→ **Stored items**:
= = = =
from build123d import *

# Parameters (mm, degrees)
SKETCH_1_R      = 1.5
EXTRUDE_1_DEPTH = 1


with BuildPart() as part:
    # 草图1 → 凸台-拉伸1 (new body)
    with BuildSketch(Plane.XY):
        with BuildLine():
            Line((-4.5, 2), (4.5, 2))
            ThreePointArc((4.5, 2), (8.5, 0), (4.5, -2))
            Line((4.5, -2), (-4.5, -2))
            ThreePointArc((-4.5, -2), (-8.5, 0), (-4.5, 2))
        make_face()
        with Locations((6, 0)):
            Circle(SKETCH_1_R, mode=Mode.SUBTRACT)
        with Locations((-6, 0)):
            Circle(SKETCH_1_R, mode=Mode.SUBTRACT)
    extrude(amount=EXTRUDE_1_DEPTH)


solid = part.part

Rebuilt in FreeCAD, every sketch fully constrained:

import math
import FreeCAD as App
import Part
import Sketcher

doc = App.newDocument("Part")
body = doc.addObject("PartDesign::Body", "Body")

# Sketch on XY plane
sketch1 = doc.addObject("Sketcher::SketchObject", "Sketch")
body.addObject(sketch1)
sketch1.AttachmentSupport = (doc.XY_Plane, [""])
sketch1.MapMode = "FlatFace"
sketch1.addGeometry([
    Part.LineSegment(App.Vector(4.5, 2, 0), App.Vector(-4.5, 2, 0)),  # 0
    Part.ArcOfCircle(Part.Circle(App.Vector(-6, 0, 0), App.Vector(0, 0, 1), 2.5), math.radians(53), math.radians(307)),  # 1
    Part.LineSegment(App.Vector(-4.5, -2, 0), App.Vector(4.5, -2, 0)),  # 2
    Part.ArcOfCircle(Part.Circle(App.Vector(6, 0, 0), App.Vector(0, 0, 1), 2.5), math.radians(-127), math.radians(127)),  # 3
    Part.Circle(App.Vector(6, 0, 0), App.Vector(0, 0, 1), 1.5),  # 4
    Part.Circle(App.Vector(-6, 0, 0), App.Vector(0, 0, 1), 1.5),  # 5
], False)
sketch1.addConstraint([
    Sketcher.Constraint("Coincident", 0, 2, 1, 1),
    Sketcher.Constraint("Coincident", 1, 2, 2, 1),
    Sketcher.Constraint("Coincident", 2, 2, 3, 1),
    Sketcher.Constraint("Coincident", 3, 2, 0, 1),
    Sketcher.Constraint("Horizontal", 0),
    Sketcher.Constraint("Horizontal", 2),
    Sketcher.Constraint("Coincident", 4, 3, 3, 3),
    Sketcher.Constraint("Coincident", 5, 3, 1, 3),
    Sketcher.Constraint("Equal", 1, 3),
    Sketcher.Constraint("Equal", 4, 5),
    Sketcher.Constraint("Symmetric", 1, 3, 3, 3, -1, 1),
    Sketcher.Constraint("Symmetric", 0, 2, 1, 2, -1),
    Sketcher.Constraint("Diameter", 4, 3.0),
    Sketcher.Constraint("Radius", 1, 2.5),
    Sketcher.Constraint("DistanceX", 0, 2, 0, 1, 9.0),
    Sketcher.Constraint("DistanceX", 1, 3, -1, 1, 6.0),
])
pad1 = doc.addObject("PartDesign::Pad", "Pad")
body.addObject(pad1)
pad1.Profile = sketch1
pad1.Length = 1

doc.recompute()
= = = =
→ **Required work**: Select every line above that contains the word "ThreePointArc", and copy it.

→ **Written answer**:
            ThreePointArc((4.5, 2), (8.5, 0), (4.5, -2))
            ThreePointArc((-4.5, -2), (-8.5, 0), (-4.5, 2))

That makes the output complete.